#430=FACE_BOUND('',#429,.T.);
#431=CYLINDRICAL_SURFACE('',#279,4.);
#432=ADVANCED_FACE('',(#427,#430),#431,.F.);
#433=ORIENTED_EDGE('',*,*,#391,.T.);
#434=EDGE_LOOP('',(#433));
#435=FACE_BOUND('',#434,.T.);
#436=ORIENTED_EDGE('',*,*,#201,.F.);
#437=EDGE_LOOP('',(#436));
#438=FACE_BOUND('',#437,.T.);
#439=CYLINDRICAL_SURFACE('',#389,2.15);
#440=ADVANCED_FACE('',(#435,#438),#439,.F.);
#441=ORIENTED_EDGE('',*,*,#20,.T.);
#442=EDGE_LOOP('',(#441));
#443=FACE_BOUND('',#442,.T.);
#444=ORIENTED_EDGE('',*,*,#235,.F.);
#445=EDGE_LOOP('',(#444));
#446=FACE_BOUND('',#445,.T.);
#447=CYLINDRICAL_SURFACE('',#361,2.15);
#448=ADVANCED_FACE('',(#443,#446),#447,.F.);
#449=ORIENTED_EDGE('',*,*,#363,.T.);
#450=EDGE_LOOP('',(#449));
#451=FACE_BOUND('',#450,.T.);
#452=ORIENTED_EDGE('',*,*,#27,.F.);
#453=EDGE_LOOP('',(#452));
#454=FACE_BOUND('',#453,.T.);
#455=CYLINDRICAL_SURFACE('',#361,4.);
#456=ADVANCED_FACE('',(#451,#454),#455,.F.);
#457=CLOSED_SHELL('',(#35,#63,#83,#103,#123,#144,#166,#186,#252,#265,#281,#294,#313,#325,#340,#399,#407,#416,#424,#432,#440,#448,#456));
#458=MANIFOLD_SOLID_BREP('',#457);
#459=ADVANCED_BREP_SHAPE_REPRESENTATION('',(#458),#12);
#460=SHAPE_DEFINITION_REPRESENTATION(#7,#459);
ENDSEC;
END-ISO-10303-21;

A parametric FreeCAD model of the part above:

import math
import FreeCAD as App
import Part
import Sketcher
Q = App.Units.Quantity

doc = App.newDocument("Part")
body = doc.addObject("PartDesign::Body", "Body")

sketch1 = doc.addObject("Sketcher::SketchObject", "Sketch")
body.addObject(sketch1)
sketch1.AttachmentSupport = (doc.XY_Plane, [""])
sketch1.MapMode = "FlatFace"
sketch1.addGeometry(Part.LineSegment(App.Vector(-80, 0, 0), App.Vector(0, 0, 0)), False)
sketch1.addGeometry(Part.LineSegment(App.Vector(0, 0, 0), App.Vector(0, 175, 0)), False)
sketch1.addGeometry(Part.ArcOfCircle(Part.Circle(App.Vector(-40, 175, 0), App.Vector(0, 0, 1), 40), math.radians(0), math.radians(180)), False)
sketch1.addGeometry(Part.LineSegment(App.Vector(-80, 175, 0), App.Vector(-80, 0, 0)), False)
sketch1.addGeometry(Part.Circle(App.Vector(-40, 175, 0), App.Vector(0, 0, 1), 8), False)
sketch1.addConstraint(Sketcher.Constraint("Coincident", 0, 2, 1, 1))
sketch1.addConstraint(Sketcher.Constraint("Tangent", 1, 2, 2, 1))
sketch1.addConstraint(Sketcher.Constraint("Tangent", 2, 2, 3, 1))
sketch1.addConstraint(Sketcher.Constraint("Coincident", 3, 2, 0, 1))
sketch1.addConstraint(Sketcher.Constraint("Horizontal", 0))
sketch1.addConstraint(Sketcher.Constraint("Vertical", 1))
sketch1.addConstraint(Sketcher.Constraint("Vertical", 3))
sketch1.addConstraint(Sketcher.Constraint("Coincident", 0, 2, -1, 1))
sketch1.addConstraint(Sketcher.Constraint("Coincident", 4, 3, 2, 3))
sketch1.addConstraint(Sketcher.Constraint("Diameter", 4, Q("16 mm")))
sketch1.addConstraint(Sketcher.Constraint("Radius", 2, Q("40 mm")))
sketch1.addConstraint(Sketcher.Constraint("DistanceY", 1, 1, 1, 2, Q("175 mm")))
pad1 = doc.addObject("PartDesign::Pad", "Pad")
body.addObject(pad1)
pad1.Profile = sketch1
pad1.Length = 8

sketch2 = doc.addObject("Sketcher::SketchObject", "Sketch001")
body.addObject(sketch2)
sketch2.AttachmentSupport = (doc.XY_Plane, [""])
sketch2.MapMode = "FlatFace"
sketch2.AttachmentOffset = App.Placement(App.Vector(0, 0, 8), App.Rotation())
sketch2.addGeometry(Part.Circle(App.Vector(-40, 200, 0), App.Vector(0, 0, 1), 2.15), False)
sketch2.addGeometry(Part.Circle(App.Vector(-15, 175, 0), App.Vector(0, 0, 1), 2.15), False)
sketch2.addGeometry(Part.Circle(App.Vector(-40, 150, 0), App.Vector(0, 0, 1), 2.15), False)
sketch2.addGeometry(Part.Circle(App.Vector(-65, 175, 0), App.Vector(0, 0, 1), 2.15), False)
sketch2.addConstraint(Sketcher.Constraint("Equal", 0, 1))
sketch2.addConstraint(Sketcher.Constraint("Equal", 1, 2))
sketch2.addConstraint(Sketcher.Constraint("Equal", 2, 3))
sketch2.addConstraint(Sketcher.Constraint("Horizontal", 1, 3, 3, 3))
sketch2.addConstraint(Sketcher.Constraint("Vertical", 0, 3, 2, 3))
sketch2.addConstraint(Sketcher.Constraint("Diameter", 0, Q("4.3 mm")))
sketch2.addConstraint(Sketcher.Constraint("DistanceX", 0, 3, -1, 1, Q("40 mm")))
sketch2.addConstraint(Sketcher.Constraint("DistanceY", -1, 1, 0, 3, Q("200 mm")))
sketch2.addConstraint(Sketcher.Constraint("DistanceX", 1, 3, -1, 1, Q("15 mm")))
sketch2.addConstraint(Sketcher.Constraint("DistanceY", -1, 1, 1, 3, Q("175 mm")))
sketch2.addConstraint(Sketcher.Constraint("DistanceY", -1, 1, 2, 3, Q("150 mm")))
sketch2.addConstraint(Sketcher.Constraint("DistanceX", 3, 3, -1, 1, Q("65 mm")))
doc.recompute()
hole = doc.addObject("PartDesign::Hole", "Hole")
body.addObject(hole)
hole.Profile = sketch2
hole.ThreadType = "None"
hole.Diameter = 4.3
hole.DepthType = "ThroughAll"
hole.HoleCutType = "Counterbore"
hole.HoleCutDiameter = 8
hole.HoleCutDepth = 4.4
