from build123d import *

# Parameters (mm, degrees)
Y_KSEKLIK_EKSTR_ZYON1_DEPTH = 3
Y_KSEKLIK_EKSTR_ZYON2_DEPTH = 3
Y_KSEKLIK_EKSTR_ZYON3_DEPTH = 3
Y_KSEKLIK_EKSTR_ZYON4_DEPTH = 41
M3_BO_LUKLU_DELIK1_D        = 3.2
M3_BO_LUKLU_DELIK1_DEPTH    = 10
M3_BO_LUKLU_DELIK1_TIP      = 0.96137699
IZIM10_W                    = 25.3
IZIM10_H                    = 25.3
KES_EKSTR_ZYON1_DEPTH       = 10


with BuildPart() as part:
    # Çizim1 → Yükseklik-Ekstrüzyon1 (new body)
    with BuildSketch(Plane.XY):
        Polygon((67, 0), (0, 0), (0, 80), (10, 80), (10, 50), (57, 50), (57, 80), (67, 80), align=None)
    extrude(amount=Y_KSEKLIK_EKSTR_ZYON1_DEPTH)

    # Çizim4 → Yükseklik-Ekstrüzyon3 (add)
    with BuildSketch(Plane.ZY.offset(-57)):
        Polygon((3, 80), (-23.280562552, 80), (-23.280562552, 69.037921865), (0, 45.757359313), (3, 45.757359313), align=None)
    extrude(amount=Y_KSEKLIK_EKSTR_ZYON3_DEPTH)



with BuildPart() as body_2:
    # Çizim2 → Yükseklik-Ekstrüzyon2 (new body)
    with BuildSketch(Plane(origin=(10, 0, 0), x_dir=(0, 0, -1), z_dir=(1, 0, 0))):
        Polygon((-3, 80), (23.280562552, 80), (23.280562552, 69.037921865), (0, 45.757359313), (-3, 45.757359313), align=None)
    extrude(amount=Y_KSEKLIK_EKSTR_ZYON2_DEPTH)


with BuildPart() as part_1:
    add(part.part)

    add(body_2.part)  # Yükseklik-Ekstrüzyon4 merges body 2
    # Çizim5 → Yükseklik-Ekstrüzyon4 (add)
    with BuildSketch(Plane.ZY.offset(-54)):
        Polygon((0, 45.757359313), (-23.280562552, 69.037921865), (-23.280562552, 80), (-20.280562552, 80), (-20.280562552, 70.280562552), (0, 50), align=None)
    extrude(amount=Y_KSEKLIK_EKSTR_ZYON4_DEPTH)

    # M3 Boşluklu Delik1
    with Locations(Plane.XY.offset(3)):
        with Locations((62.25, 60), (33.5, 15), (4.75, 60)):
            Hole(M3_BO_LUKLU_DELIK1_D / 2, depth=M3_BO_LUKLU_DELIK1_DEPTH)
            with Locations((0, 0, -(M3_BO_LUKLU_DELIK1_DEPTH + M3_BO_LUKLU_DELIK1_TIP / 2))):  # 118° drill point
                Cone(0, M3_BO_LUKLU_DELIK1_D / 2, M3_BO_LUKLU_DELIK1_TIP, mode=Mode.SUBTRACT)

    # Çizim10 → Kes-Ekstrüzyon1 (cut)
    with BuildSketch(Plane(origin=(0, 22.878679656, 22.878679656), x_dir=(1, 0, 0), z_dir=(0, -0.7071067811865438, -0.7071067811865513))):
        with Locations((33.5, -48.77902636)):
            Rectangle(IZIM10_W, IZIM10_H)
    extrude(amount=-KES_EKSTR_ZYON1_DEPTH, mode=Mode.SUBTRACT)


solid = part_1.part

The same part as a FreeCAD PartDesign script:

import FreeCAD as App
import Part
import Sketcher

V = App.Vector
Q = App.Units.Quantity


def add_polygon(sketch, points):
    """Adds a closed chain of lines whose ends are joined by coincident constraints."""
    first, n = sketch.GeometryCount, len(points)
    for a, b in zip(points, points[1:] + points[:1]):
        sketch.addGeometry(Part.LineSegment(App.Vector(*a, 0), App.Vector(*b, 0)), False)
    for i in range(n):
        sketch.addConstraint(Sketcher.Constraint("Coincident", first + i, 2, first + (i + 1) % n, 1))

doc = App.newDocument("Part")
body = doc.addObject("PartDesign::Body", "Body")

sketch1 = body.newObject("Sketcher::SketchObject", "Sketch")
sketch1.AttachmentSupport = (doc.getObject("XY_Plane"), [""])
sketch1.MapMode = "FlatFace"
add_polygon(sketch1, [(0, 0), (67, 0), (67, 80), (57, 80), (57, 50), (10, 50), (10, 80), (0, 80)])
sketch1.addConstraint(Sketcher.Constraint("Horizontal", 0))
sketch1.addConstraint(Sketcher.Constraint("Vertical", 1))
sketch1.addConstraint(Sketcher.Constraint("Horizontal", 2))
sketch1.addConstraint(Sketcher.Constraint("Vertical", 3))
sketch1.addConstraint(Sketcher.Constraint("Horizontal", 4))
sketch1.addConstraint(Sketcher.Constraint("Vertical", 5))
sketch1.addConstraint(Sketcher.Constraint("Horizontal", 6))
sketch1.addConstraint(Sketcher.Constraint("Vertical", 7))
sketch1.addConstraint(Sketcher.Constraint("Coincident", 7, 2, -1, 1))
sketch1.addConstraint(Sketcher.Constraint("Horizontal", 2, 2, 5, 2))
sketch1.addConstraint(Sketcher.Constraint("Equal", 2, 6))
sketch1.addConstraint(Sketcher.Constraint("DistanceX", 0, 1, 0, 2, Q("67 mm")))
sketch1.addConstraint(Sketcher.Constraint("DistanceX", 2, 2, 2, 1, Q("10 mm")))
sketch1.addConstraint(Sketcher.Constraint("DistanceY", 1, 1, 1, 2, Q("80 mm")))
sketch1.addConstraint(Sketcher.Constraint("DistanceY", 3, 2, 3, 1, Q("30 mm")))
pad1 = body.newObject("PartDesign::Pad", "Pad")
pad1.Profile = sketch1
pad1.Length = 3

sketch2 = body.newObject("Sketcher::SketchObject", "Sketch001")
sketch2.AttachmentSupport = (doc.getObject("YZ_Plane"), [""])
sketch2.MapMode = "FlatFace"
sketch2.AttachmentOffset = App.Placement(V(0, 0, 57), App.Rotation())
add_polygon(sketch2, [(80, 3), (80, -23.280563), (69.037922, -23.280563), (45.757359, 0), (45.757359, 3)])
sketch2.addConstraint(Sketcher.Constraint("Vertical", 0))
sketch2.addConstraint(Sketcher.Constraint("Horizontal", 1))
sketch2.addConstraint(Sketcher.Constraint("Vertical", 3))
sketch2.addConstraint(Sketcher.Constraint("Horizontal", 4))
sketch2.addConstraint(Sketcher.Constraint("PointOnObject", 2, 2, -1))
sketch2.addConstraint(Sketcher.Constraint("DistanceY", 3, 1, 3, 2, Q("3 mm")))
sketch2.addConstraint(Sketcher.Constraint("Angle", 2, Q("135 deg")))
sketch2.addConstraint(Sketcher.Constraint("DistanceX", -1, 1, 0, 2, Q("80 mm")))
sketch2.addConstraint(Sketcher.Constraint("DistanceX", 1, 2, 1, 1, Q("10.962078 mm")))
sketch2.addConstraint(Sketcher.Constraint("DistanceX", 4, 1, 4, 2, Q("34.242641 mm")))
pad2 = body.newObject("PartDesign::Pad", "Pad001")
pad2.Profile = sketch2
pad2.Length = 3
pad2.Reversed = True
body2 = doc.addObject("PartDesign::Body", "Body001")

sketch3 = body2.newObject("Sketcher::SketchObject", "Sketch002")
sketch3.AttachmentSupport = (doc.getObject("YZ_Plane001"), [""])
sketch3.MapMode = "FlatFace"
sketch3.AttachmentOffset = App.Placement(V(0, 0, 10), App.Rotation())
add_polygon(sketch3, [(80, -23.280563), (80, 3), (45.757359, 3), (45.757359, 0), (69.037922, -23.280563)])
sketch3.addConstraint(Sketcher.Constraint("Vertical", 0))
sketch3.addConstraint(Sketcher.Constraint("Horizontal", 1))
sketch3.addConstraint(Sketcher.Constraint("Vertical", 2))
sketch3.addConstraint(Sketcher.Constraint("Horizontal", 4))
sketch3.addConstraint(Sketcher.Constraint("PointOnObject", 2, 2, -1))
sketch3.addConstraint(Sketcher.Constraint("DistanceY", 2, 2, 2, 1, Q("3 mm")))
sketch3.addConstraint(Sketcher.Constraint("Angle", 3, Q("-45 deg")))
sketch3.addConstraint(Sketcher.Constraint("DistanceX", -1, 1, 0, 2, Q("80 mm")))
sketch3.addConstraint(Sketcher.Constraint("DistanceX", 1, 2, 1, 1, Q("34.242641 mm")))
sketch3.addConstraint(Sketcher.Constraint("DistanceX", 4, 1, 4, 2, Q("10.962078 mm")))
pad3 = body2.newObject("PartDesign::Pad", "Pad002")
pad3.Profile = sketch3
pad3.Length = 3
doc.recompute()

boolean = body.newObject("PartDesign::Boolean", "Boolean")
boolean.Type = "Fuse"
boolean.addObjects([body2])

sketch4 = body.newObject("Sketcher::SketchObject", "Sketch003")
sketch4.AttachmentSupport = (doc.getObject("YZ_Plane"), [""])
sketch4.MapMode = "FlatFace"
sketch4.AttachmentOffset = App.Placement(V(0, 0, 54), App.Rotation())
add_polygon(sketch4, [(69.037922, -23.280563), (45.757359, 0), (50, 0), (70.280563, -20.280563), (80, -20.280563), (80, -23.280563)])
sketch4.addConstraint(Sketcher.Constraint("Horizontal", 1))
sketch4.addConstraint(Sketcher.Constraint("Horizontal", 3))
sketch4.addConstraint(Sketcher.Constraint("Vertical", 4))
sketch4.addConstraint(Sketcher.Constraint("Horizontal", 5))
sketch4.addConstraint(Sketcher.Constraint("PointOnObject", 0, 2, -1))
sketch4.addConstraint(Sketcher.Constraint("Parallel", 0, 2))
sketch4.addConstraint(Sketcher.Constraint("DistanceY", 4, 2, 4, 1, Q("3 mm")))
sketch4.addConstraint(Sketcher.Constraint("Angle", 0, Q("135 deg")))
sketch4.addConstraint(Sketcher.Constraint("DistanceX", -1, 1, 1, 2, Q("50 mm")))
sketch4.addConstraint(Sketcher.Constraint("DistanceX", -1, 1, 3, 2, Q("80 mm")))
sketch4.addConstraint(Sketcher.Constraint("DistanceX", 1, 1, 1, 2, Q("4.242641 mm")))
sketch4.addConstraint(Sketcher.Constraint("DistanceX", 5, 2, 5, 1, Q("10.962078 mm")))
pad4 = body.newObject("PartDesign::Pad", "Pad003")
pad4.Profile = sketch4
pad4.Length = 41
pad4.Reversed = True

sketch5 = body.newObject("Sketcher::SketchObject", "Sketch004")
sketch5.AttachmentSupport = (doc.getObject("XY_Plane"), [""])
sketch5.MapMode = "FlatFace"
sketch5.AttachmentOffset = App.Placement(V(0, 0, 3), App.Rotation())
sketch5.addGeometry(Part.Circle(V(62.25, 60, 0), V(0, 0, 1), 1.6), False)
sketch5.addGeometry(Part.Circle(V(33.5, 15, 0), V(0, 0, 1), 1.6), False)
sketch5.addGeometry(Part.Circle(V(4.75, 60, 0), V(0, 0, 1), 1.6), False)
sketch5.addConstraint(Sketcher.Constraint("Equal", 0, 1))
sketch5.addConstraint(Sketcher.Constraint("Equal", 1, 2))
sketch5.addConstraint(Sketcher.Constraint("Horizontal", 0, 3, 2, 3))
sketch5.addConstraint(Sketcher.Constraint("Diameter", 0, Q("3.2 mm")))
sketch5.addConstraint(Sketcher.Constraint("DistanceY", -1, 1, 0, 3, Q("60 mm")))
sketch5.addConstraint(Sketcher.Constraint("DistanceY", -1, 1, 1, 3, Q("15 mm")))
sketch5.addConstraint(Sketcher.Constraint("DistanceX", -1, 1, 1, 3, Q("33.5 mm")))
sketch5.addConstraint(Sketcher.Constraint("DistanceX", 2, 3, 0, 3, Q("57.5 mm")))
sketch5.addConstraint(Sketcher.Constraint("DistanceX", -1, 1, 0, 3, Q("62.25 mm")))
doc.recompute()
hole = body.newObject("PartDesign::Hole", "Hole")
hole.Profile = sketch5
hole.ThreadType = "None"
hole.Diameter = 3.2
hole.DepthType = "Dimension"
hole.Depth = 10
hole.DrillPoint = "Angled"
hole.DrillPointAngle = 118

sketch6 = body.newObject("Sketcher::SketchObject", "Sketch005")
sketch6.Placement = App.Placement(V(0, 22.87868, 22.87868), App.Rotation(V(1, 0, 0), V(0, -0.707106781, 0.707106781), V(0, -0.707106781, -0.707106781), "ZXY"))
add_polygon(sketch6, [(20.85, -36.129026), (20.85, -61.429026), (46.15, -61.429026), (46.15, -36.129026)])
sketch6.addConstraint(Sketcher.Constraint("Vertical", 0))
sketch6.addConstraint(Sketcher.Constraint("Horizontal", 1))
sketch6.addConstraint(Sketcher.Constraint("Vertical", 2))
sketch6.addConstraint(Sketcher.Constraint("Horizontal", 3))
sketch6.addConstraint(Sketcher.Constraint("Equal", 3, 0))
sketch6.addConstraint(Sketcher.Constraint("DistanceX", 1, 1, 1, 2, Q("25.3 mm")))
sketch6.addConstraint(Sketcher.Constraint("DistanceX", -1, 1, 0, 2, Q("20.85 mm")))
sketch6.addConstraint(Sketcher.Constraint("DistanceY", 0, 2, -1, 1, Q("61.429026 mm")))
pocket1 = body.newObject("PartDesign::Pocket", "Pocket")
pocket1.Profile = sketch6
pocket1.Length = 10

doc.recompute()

------------------------------------

* **EXERCISE GOAL**
The reply should hold only the lines from the first line of the listing above through the line with "#439=CYLINDRICAL_SURFACE('',#389,2.15);", each copied exactly.

* **ANSWER TO THE PROBLEM**
#430=FACE_BOUND('',#429,.T.);
#431=CYLINDRICAL_SURFACE('',#279,4.);
#432=ADVANCED_FACE('',(#427,#430),#431,.F.);
#433=ORIENTED_EDGE('',*,*,#391,.T.);
#434=EDGE_LOOP('',(#433));
#435=FACE_BOUND('',#434,.T.);
#436=ORIENTED_EDGE('',*,*,#201,.F.);
#437=EDGE_LOOP('',(#436));
#438=FACE_BOUND('',#437,.T.);
#439=CYLINDRICAL_SURFACE('',#389,2.15);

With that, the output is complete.